▸ About this exercise: Where in the listing does the string "with" appear? Copy every line that holds it.

-=-=-

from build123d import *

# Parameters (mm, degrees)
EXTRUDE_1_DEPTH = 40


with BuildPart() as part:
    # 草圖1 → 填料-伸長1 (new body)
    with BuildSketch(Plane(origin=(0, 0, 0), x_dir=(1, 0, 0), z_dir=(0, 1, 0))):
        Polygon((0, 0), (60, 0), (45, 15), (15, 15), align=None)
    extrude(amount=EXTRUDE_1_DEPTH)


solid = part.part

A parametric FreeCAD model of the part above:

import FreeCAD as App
import Part
import Sketcher
Q = App.Units.Quantity

doc = App.newDocument("Part")
body = doc.addObject("PartDesign::Body", "Body")

sketch1 = doc.addObject("Sketcher::SketchObject", "Sketch")
body.addObject(sketch1)
sketch1.AttachmentSupport = (doc.XZ_Plane, [""])
sketch1.MapMode = "FlatFace"
sketch1.addGeometry(Part.LineSegment(App.Vector(0, 0, 0), App.Vector(60, 0, 0)), False)
sketch1.addGeometry(Part.LineSegment(App.Vector(60, 0, 0), App.Vector(45, -15, 0)), False)
sketch1.addGeometry(Part.LineSegment(App.Vector(45, -15, 0), App.Vector(15, -15, 0)), False)
sketch1.addGeometry(Part.LineSegment(App.Vector(15, -15, 0), App.Vector(0, 0, 0)), False)
sketch1.addConstraint(Sketcher.Constraint("Coincident", 0, 2, 1, 1))
sketch1.addConstraint(Sketcher.Constraint("Coincident", 1, 2, 2, 1))
sketch1.addConstraint(Sketcher.Constraint("Coincident", 2, 2, 3, 1))
sketch1.addConstraint(Sketcher.Constraint("Coincident", 3, 2, 0, 1))
sketch1.addConstraint(Sketcher.Constraint("Horizontal", 0))
sketch1.addConstraint(Sketcher.Constraint("Horizontal", 2))
sketch1.addConstraint(Sketcher.Constraint("Coincident", 3, 2, -1, 1))
sketch1.addConstraint(Sketcher.Constraint("Perpendicular", 1, 3))
sketch1.addConstraint(Sketcher.Constraint("Equal", 1, 3))
sketch1.addConstraint(Sketcher.Constraint("DistanceX", 0, 1, 0, 2, Q("60 mm")))
sketch1.addConstraint(Sketcher.Constraint("DistanceX", 2, 2, 2, 1, Q("30 mm")))
pad1 = doc.addObject("PartDesign::Pad", "Pad")
body.addObject(pad1)
pad1.Profile = sketch1
pad1.Length = 40
pad1.Reversed = True

doc.recompute()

-=-=-

▸ Task output:
with BuildPart() as part:
    with BuildSketch(Plane(origin=(0, 0, 0), x_dir=(1, 0, 0), z_dir=(0, 1, 0))):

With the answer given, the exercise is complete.